Вверху что-то хрястнуло, посыпались куски шифера, водосточная труба содрогнулась.
— Давай в переулок, а то сюда прилетит чего-нибудь, — сказал сосед.
Фотоателье было открыто.
— Сегодня только выдаем готовые заказы, а мастеров никого нет и сейчас закроемся, — сказал парень за конторкой, едва они вошли.
— Жаль, жаль, — сказал сосед, — в такой денек да запечатлеться.
Шли домой переулками. Из окна хлебного магазина торговали — хлеб был горячий, хрустел. Заходили в церковь, потом в гастроном. Остаток дня слушали приемник, разошлись поздно. Ночью, глядя с постели на темные холмы крыш, над которыми гудел поднимающийся ветер, слушал любимого композитора — и в это время началась стрельба у ТАССа. Раздался далекий и протяжный крик и утонул в ветре. От музыки и перестрелки сердце, замерев, воздымалось… Проваливаясь в дрему, видел свои шагающие по жухлой листве ноги… во дворах бетономешалки… Ощущал церковный холод после теплого солнца улиц и чуял хлебный аромат, пробившийся сквозь пороховой чад, как только сместилась куда-то перестрелка у армянской булочной.
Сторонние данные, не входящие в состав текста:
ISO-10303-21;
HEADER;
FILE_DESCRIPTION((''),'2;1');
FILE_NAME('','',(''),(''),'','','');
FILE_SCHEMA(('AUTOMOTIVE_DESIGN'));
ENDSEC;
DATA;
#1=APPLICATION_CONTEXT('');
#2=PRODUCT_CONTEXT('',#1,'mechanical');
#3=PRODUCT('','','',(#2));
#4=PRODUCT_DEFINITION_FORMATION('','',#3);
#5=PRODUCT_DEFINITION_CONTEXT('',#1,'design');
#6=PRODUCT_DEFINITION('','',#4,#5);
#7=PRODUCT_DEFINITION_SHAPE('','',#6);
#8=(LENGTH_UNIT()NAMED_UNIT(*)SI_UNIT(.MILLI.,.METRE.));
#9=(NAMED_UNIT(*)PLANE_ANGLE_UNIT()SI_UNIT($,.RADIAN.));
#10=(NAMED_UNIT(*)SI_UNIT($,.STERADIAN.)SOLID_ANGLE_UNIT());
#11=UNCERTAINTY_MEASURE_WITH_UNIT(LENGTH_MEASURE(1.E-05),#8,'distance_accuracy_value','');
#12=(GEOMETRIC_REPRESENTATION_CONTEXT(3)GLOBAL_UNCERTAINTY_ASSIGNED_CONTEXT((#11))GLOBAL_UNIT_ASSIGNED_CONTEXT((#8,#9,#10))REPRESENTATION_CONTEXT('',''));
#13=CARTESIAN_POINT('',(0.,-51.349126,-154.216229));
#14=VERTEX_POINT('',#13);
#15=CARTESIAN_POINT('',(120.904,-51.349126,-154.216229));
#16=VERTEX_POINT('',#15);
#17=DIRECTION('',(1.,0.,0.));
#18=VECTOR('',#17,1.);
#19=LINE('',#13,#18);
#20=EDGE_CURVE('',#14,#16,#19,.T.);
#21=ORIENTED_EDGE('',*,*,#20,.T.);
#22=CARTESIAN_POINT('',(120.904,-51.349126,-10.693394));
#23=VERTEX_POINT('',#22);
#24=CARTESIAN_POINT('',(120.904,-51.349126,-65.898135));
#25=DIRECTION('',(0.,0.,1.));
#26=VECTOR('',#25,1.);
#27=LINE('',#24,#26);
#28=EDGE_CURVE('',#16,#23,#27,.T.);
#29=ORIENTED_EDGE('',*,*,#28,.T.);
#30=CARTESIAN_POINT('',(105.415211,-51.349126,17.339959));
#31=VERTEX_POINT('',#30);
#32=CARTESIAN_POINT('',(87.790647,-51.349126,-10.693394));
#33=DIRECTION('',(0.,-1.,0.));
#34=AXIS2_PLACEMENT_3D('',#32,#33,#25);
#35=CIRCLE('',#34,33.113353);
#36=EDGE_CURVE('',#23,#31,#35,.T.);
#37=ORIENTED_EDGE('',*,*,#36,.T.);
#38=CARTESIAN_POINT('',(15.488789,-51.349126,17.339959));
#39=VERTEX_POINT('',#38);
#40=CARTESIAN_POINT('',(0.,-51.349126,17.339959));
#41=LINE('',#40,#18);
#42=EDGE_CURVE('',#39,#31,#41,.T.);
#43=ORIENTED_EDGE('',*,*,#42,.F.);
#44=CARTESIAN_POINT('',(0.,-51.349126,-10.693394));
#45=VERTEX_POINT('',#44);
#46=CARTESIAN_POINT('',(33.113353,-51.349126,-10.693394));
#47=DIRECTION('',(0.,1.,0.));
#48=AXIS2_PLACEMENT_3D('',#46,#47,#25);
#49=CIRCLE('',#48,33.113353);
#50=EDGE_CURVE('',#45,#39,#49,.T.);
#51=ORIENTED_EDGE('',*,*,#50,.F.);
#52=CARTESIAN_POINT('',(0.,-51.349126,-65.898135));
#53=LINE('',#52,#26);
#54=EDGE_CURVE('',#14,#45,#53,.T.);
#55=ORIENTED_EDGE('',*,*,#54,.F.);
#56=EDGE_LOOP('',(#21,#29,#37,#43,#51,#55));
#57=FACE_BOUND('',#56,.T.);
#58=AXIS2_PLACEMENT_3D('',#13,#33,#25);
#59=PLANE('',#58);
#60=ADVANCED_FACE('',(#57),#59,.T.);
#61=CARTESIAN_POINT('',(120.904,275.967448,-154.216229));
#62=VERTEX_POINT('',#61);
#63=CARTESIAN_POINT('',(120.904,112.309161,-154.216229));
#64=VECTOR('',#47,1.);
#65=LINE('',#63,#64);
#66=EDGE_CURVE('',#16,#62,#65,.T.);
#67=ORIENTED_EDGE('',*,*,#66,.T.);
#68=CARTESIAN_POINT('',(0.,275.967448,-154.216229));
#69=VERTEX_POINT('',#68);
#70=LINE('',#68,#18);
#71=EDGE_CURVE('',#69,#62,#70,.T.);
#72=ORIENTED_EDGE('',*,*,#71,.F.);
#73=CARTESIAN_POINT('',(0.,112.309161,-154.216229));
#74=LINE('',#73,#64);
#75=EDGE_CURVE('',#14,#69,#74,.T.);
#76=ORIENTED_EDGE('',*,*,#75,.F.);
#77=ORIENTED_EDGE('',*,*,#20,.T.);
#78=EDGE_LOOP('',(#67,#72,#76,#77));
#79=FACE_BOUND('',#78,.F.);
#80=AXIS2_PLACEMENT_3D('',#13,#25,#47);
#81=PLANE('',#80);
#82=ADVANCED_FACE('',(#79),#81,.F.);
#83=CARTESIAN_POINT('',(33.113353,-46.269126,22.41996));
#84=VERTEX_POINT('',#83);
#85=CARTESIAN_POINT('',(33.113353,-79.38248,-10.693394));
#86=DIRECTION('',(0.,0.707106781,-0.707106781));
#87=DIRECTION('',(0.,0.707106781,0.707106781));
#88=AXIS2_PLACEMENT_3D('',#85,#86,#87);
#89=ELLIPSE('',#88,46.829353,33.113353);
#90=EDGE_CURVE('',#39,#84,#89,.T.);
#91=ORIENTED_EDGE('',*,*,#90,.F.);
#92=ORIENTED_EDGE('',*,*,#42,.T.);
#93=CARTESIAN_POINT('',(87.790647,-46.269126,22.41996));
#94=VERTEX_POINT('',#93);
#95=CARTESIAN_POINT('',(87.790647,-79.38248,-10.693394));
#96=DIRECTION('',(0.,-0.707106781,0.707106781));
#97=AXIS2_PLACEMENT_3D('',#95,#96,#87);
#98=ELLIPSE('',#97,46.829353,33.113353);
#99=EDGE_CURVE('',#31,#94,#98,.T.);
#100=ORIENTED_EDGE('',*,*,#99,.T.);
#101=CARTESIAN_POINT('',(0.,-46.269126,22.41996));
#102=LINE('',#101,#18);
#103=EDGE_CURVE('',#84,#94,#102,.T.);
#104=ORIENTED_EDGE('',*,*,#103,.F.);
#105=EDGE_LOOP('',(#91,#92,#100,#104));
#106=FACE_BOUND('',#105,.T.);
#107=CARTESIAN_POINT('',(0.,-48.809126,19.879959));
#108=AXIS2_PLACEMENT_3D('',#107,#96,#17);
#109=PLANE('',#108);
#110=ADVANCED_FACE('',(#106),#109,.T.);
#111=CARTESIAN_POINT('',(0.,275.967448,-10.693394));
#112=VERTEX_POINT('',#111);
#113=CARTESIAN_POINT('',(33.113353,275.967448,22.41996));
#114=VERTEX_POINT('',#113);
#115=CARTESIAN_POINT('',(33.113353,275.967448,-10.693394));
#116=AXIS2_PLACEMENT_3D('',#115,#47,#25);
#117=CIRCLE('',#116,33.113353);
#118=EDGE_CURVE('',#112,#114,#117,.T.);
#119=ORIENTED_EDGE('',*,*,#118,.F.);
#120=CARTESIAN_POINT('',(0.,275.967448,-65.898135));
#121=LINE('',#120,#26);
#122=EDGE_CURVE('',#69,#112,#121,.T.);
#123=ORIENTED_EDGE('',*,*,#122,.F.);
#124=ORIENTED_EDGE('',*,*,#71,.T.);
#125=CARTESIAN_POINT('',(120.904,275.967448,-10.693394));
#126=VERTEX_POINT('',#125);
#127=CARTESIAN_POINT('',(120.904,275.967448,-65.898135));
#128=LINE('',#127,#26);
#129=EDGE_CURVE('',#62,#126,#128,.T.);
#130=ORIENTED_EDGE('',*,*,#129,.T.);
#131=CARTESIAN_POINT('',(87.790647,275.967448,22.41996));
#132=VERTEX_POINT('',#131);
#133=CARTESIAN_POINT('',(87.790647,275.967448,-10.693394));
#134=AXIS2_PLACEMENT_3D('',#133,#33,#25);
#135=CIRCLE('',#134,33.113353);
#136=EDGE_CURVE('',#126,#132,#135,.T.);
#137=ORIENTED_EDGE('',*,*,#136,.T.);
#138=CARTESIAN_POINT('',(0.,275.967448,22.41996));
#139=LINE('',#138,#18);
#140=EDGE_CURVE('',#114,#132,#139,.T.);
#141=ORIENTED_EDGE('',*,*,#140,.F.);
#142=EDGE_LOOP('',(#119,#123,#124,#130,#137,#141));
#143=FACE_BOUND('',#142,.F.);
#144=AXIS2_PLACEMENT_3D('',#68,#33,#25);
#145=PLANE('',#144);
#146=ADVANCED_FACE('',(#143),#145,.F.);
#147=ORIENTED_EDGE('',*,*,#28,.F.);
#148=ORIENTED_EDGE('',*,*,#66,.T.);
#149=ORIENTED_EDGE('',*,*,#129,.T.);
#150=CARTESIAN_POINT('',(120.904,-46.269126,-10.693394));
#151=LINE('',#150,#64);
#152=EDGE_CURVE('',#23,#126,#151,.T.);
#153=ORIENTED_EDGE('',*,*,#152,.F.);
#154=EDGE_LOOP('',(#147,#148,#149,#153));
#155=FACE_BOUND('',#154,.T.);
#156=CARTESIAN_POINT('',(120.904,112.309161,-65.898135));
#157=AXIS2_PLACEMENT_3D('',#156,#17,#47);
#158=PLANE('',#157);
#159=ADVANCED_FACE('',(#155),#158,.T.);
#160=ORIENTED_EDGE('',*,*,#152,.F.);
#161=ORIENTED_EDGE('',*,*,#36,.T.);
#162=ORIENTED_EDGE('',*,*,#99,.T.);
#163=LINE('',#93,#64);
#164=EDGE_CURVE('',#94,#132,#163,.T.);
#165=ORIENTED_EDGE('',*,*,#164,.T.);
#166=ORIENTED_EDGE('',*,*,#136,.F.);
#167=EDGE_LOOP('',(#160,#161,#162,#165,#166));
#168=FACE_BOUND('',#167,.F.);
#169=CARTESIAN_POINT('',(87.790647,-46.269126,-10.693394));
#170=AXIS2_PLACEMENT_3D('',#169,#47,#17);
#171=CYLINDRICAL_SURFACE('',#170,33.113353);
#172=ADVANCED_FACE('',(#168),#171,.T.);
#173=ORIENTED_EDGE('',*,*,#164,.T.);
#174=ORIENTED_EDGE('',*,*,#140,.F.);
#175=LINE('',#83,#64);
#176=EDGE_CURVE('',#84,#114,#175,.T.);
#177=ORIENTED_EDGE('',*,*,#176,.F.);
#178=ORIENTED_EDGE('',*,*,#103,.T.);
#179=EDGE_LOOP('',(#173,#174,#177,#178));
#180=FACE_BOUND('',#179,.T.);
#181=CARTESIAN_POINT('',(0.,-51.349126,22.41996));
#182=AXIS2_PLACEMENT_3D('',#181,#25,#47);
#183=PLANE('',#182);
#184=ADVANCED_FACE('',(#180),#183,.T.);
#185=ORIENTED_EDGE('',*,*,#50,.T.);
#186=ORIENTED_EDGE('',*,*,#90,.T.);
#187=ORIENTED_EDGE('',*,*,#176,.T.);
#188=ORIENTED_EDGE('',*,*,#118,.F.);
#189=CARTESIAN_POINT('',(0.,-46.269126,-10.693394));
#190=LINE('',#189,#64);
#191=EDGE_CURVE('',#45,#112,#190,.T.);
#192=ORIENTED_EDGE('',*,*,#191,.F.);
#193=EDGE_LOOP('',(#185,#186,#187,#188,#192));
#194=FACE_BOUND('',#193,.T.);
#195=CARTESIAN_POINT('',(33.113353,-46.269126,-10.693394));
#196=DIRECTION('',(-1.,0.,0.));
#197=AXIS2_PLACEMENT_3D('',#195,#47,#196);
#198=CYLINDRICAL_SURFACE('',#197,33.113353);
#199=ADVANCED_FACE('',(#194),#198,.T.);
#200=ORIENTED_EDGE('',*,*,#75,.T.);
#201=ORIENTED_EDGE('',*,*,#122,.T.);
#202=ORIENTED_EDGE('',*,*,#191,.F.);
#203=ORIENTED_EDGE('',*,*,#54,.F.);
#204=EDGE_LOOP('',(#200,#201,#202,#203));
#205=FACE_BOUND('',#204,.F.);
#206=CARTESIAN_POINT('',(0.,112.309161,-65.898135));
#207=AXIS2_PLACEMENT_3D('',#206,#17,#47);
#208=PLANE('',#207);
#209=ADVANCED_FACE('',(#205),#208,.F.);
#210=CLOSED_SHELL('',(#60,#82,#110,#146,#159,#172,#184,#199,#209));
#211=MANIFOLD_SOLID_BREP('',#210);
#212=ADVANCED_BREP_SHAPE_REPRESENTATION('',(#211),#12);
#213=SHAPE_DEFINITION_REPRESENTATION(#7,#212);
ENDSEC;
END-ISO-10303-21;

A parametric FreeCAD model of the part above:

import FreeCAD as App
import Part
import Sketcher

V = App.Vector
Q = App.Units.Quantity


def edges_at(feature, points):
    """Names of the edges that pass closest to the given points."""
    edges = feature.Shape.Edges
    near = lambda p: min(range(len(edges)), key=lambda i: edges[i].distToShape(Part.Vertex(*p))[0])
    return sorted({f"Edge{near(p) + 1}" for p in points})


def add_polygon(sketch, points):
    """Adds a closed chain of lines whose ends are joined by coincident constraints."""
    first, n = sketch.GeometryCount, len(points)
    for a, b in zip(points, points[1:] + points[:1]):
        sketch.addGeometry(Part.LineSegment(App.Vector(*a, 0), App.Vector(*b, 0)), False)
    for i in range(n):
        sketch.addConstraint(Sketcher.Constraint("Coincident", first + i, 2, first + (i + 1) % n, 1))

doc = App.newDocument("Part")
body = doc.addObject("PartDesign::Body", "Body")

# Sketch on YZ plane
sketch1 = body.newObject("Sketcher::SketchObject", "Sketch")
sketch1.AttachmentSupport = (doc.getObject("YZ_Plane"), [""])
sketch1.MapMode = "FlatFace"
add_polygon(sketch1, [(-51, 22), (-51, -154), (276, -154), (276, 22)])  # lines 0-3
sketch1.addConstraint([
    Sketcher.Constraint("Vertical", 0),
    Sketcher.Constraint("Horizontal", 1),
    Sketcher.Constraint("Vertical", 2),
    Sketcher.Constraint("Horizontal", 3),
    Sketcher.Constraint("DistanceY", 0, 2, 0, 1, 176.636189),
    Sketcher.Constraint("DistanceX", 1, 1, 1, 2, 327.316575),
    Sketcher.Constraint("DistanceY", 0, 2, -1, 1, 154.216229),
    Sketcher.Constraint("DistanceX", -1, 1, 1, 2, 275.967448),
])
pad1 = body.newObject("PartDesign::Pad", "Pad")
pad1.Profile = sketch1
pad1.Length = Q("4.76 in")
doc.recompute()

chamfer = body.newObject("PartDesign::Chamfer", "Chamfer")
chamfer.Base = (pad1, edges_at(pad1, [(60.452, -51.349, 22.42)]))
chamfer.Size = Q("0.2 in")
doc.recompute()

fillet = body.newObject("PartDesign::Fillet", "Fillet")
fillet.Base = (chamfer, edges_at(chamfer, [(120.904, 114.849, 22.42), (0, 114.849, 22.42)]))
fillet.Radius = 33.113353

doc.recompute()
На другой день они с соседом помогали разбирать баррикадный завал на Неждановой, и также — было тепло. Работалось легко, все шутили. Придя к себе, поел чечевичного супа, закурил, и, глядя как солнце косо скользит по слою пыли на оконном стекле, почувствовал такую скуку… И пошел прочь из дому, и ноги ноги понесли к ателье, и, войдя, он спросил с порога:
— Миша Павин работает сегодня?
«Вчерашний» парень крикнул в глубину помещения:
— Тут к Павину пришли!
Вышла пожилая женщина и сказала:
— Три дня назад он уволился. Так жаль, замечательный мастер. Вы ему кто. Ах, друг. Вы не фотограф? Давайте я вас угощу кофе. Не торопитесь?
Пили кофе в комнате, где на протянутом шпагате сушились снимки. За открытым окном проплывали облака, у которых был тот же смысл, что и на нескольких цветных пейзажах неба, развешенных средь портретов и снимков на документы. Спросил:
— Это и это — Мишкины работы?
— Да-да. Как жаль — он уехал.
— Как уехал. Куда?
— На родину. Мы даже прощальную вечеринку устроили. Как странно — столько здесь живете и не встретились.
— Да, невероятно.
И, выпросив на память одно из небес, попрощался, ступил на тротуар (солнце было на другой стороне переулка), и подумал: «октябрь»… И глубоко вздохнул при мимолетном чувстве, что нежданно касается души обычно в начале лета…
Еще — в один из тех дней — побывал в Большом театре (помогал знакомому знакомого при переезде на квартиру и этот лысый скупердяй в оркестровой яме расплатился «стоячей» контрмаркой).